In the company of CluebotNG
|Technique:||Supervised machine learning, Naive Bayesian classifiers|
|Developed by:||User:Cobi, User:Crispy1989, Cristina Cochior, Joseph Knierzinger|
Wikipedia relies on machine assistance when it comes to maintenance. One of its most active applications is CluebotNG, an anti-vandalism bot operating on the English Wikipedia since December 2010.
CluebotNG uses a series of different Bayesian classifiers, which measure word weights to attribute a likeliness score for an edit to be considered vandalist. The results of this are fed to an artificial neural network which further allocates a number between 0 and 1 to the edits, where 1 represents a 100% chance that an edit is ill intended.
In order to establish the point from which a contribution is considered vandalist, a threshold needs to be chosen by the operator of the application. This is calculated in relation to the false positives rate that it generates: the lower a threshold the higher the number of false positives. The algorithm catches most of the vandalism on the platform when it makes the most mistakes. The threshold value for CluebotNG has caused a lot of debate on Wikipedia, where a balance between high efficiency is set against the number of editors who are wrongly accused.
If a false positive occurs, it is up to the code maintainer to examine it, add it to a list of exceptions so that the algorithm can learn from the misclassification. This implies constant close attention from the maintainer.

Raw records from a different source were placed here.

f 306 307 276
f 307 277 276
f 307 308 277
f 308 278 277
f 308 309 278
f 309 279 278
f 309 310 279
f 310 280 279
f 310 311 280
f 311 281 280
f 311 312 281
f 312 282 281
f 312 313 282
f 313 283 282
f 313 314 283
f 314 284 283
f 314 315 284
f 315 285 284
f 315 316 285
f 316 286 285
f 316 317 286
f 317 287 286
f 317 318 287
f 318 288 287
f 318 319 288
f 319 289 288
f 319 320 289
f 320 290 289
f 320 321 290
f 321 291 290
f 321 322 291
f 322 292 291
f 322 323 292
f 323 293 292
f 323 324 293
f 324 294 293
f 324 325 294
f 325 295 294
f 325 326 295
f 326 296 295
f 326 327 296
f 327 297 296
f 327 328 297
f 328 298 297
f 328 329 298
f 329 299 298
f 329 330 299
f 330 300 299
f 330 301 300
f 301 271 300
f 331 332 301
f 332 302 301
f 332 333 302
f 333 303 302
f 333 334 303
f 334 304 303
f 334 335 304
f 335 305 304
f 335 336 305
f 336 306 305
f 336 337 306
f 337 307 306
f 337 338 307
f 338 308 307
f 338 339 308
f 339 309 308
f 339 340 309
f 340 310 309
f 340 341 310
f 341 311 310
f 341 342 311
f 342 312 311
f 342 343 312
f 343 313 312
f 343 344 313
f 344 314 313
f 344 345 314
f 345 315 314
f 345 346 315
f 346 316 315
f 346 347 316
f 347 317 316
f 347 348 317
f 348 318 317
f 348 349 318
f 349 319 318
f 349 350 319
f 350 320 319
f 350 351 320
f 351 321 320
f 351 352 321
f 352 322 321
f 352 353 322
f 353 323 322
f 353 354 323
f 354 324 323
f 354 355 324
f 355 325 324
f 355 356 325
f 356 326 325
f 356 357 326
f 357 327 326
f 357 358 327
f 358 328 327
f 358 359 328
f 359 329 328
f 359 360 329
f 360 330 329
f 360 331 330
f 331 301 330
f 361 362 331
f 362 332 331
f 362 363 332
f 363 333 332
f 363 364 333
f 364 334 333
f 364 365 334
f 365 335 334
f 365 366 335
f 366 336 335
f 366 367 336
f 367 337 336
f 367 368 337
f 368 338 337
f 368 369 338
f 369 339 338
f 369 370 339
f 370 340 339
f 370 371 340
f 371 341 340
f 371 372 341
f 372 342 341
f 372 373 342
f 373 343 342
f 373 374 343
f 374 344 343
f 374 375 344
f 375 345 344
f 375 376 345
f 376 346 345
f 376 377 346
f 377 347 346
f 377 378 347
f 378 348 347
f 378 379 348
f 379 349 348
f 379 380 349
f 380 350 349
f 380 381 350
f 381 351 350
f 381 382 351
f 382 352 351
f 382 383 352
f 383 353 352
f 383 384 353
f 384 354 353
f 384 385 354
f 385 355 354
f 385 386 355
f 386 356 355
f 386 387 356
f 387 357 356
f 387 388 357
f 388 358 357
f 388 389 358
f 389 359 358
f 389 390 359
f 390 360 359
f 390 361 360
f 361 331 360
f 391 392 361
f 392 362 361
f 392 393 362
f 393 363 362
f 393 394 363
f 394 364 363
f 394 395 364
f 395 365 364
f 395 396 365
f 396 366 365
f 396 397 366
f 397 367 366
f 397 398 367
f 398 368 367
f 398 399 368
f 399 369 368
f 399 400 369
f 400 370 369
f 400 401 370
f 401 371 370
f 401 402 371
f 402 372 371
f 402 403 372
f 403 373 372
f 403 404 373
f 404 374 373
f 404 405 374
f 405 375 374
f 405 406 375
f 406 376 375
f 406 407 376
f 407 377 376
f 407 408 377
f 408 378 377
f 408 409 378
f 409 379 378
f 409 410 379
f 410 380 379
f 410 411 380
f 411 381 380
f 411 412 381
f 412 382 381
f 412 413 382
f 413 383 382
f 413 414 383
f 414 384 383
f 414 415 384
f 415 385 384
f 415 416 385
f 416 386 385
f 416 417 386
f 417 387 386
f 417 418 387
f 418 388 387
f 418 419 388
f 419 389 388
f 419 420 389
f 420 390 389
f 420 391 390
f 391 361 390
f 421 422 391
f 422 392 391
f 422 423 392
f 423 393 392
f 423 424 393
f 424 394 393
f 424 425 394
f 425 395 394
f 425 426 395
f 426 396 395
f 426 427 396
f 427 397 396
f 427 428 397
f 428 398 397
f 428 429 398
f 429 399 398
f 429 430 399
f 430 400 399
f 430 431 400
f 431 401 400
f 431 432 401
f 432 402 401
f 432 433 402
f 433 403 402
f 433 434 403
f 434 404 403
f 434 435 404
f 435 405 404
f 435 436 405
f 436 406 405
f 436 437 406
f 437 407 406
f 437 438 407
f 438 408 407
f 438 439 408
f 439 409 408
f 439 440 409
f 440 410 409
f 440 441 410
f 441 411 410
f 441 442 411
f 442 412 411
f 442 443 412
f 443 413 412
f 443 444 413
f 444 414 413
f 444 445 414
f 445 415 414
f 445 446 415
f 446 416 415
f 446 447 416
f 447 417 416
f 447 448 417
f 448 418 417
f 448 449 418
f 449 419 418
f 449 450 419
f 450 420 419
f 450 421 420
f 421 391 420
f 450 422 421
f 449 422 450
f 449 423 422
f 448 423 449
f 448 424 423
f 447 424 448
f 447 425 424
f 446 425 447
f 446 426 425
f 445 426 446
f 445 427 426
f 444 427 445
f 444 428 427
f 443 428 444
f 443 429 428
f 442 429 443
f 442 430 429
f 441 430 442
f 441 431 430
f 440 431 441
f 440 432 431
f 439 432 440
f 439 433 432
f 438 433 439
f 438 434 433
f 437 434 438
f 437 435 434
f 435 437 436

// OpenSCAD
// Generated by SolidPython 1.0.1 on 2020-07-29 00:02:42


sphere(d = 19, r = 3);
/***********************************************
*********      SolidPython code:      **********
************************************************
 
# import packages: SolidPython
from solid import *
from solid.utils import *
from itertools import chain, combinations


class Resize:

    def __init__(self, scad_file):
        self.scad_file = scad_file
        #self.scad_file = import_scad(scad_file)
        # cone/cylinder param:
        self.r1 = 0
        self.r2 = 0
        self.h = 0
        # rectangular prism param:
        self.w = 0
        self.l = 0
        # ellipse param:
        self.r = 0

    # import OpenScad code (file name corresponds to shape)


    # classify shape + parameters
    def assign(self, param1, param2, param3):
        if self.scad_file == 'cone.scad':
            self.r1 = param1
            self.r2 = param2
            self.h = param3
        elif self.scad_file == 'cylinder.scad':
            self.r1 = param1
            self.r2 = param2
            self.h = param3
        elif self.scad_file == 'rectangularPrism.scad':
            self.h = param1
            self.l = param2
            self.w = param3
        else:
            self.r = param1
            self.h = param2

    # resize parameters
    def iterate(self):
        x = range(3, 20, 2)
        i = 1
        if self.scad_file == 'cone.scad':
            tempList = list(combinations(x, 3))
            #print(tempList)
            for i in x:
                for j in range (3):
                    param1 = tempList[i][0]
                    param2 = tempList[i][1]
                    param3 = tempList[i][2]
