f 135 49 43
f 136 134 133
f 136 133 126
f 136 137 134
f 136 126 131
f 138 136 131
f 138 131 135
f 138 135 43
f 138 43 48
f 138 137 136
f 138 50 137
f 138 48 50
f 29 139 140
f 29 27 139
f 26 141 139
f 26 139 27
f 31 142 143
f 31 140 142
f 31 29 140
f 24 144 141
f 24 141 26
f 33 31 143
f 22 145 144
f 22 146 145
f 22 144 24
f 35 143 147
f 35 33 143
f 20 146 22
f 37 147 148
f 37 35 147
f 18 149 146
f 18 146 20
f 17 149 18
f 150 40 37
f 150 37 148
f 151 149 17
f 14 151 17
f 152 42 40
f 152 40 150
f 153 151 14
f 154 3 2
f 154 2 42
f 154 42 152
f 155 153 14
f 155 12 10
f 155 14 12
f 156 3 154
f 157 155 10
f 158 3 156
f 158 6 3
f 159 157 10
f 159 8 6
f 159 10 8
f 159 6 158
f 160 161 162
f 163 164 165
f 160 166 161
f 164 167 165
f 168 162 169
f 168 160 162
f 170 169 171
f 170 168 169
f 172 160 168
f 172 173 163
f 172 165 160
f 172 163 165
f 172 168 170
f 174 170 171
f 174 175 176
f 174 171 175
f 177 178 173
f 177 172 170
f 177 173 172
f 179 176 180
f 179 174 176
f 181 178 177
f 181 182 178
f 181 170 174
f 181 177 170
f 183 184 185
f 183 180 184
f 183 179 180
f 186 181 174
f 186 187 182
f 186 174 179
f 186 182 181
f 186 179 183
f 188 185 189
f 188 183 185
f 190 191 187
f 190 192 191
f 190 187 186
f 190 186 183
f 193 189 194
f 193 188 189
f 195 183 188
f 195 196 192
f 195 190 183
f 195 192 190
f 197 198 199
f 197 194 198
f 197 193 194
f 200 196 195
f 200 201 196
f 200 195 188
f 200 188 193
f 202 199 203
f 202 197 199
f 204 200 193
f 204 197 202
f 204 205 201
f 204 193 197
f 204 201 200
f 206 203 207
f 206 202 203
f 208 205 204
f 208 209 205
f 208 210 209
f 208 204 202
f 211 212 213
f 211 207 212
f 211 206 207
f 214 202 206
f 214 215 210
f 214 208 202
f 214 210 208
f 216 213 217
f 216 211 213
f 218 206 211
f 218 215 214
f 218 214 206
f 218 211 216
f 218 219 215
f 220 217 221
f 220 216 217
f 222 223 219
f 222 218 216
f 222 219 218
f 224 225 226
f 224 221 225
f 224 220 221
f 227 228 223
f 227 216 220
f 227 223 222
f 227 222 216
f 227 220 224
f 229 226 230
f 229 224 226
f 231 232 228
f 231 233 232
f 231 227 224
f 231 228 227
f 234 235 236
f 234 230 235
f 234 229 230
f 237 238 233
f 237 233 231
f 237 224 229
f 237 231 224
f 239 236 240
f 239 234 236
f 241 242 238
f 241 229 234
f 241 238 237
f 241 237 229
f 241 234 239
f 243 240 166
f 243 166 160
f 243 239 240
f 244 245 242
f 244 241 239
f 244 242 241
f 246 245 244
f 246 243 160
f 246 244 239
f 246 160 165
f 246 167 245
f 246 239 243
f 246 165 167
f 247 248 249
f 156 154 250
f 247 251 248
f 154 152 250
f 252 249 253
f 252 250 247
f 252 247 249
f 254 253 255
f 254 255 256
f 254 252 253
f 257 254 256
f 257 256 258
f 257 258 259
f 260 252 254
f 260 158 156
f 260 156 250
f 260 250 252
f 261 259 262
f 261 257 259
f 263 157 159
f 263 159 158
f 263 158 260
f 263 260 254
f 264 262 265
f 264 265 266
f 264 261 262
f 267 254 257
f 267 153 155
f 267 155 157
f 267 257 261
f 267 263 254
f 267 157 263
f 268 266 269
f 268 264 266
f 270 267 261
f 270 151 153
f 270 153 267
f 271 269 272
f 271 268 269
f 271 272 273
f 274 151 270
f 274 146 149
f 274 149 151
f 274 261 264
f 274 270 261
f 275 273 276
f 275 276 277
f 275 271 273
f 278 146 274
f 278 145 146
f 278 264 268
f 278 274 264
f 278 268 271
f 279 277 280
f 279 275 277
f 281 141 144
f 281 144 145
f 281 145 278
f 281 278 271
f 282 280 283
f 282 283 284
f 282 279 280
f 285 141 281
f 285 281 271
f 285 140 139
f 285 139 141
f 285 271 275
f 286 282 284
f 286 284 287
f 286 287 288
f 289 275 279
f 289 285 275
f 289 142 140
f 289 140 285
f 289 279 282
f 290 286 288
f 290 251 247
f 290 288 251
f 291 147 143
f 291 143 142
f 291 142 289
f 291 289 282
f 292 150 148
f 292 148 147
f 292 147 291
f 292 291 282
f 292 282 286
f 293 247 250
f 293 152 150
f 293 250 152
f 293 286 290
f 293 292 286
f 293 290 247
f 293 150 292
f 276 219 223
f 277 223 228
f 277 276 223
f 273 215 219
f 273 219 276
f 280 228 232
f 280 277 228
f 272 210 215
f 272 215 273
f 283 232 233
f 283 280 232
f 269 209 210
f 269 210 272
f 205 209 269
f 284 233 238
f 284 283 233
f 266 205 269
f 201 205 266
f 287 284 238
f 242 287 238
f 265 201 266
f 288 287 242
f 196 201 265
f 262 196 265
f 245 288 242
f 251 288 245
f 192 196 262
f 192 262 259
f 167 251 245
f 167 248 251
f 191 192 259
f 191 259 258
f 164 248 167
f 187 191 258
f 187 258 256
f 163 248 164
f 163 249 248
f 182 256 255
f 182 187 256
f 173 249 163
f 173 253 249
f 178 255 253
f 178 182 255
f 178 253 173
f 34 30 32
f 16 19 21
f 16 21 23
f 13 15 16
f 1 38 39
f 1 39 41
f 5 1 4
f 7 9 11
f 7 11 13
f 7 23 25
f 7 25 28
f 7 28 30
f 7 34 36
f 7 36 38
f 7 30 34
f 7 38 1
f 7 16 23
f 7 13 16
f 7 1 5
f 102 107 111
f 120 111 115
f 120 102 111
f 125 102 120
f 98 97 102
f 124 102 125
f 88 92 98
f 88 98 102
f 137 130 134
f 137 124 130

Through a reenactment bot that goes through each of the edits of CluebotNG and displays them on a monitor, the sequential replication of its edits is weaving together a narrative of the nonhuman voices that usually pass unnoticed on media platforms. Each micro-interaction of the bot is intrinsically performed in connection to a human editor, whom the algorithm is policing. As the taxidermic program runs, a sense of body emerges through the time span it would take to get to the end of the bot's edits.